This example contains implementation of single-precision general matrix-multiplication (SGEMM). The implementation is based on the one in MAGMA.
The demo contains a script that calculates matrix multiplication of A (m x k) and B (k x n). The demo can be run by the following command.
python sgemm.py [--gpu GPU_ID] [--m m] [--n n] [--k k]
In this example, we work on a SGEMM kernel that requires a complete interface to cuLaunchKernel
(e.g. grid size and size of shared memory), which is not provided by cupy.ElementwiseKernel
.
CuPy arrays work regardless of the underlying memory layouts thanks to ndarray
abstraction.
As is the case for this example, ndarray
abstraction does not need to be used if the underlying memory layouts of arrays match the ones expected by a kernel.

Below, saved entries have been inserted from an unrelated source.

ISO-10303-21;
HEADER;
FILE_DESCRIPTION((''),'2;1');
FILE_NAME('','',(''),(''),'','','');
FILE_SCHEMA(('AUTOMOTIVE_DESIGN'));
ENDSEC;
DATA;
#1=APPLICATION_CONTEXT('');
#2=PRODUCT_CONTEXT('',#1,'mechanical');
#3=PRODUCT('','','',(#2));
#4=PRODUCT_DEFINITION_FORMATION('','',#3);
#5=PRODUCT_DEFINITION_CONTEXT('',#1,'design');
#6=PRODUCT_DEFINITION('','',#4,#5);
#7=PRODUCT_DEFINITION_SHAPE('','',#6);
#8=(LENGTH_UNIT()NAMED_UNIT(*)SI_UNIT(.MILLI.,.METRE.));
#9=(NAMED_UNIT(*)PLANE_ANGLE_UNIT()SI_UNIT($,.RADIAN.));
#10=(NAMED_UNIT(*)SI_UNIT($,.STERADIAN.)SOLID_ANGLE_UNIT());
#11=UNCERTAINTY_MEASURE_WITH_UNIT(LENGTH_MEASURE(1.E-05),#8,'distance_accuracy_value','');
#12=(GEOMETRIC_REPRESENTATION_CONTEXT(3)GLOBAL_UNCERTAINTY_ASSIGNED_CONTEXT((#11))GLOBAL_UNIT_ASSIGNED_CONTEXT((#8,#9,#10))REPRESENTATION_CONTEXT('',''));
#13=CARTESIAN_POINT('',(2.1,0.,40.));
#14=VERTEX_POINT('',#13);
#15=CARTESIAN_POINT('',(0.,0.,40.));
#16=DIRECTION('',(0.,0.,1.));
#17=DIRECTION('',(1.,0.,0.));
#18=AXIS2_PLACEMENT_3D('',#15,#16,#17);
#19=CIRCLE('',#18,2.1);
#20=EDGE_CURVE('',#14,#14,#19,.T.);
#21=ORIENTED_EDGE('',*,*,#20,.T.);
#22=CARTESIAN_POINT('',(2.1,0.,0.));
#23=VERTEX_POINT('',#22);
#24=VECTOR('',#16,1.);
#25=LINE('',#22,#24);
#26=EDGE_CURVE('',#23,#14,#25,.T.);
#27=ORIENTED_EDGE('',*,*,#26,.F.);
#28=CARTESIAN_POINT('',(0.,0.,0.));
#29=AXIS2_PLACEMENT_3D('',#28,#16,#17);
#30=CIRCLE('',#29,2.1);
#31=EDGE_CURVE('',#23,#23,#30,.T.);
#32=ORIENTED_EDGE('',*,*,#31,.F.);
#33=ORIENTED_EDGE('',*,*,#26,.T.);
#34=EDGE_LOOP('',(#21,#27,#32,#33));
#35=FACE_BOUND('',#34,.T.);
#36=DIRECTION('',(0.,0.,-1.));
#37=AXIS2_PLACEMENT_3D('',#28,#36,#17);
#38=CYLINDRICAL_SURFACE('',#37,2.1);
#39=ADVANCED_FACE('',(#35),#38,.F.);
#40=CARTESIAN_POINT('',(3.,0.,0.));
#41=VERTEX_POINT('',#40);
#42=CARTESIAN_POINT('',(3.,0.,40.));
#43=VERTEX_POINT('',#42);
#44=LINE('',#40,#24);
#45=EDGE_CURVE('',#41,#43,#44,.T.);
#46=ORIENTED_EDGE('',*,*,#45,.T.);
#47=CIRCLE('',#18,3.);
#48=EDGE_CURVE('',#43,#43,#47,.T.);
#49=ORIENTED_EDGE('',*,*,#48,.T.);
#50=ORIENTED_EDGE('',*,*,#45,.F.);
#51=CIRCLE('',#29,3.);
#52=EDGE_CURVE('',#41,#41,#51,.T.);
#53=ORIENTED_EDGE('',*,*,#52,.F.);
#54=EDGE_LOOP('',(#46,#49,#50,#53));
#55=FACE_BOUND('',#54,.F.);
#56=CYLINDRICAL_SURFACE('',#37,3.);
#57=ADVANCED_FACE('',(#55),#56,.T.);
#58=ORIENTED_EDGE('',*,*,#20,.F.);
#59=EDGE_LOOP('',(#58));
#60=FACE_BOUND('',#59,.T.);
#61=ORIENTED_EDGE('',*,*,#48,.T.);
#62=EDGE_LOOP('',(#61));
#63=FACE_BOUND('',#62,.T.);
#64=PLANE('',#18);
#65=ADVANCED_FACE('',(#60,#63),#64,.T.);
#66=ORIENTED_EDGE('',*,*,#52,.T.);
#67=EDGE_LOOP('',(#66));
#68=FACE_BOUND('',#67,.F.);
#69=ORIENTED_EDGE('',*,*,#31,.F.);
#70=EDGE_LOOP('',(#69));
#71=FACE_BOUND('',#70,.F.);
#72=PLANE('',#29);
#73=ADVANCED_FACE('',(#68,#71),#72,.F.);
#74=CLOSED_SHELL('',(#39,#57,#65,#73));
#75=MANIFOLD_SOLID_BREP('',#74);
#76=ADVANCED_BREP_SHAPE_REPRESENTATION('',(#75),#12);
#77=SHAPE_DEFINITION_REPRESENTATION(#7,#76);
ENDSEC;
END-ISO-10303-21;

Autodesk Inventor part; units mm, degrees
ref_plane "YZ Plane" through (0, 0, 0) normal (1, 0, 0) x (0, 1, 0)
ref_plane "XZ Plane" through (0, 0, 0) normal (0, 1, 0) x (-1, 0, 0)
ref_plane "XY Plane" through (0, 0, 0) normal (0, 0, 1) x (1, 0, 0)
sketch "Sketch1" plane through (0, 0, 0) normal (0, 0, 1) x (1, 0, 0)
  circle A0 centre (0, 0) radius 2.1
  circle A1 centre (0, 0) radius 3
  dimension "d0" = 4.2
  dimension "d1" = 6
extrude "Extrusion1" add sketch "Sketch1" along normal blind 40
properties part number "spacer_40"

The SGEMM kernel expects input and output arrays to be in Fortran contiguous memory layout, and this layout is enforced by cupy.asfortranarray
.
For compilation, cupy.RawKernel
class is used to compile a CUDA code written in sgemm.cu
.
The class takes a text of code and name of the kernel as an constructor argument.
The instance is a callable; the CUDA code will be compiled and then invoked when it is called.
The compiled code is cached, and it avoids the compilation process after the first time.
Also, the CUDA code can be modified at Python level because it is simply a text.
In this example, C macros that determine a distribution of data to threads are specified at runtime.
Note that "extern C"
needs to be put on top of the kernel that is called.
cupy.RawKernel
object allows you to call the kernel with CUDA's cuLaunchKernel
interface.
In other words, you have control over grid size, block size, shared memory size and stream.
At this level of interface, it becomes straightforward to replace host .cu
that calls CUDA kernels with Python code.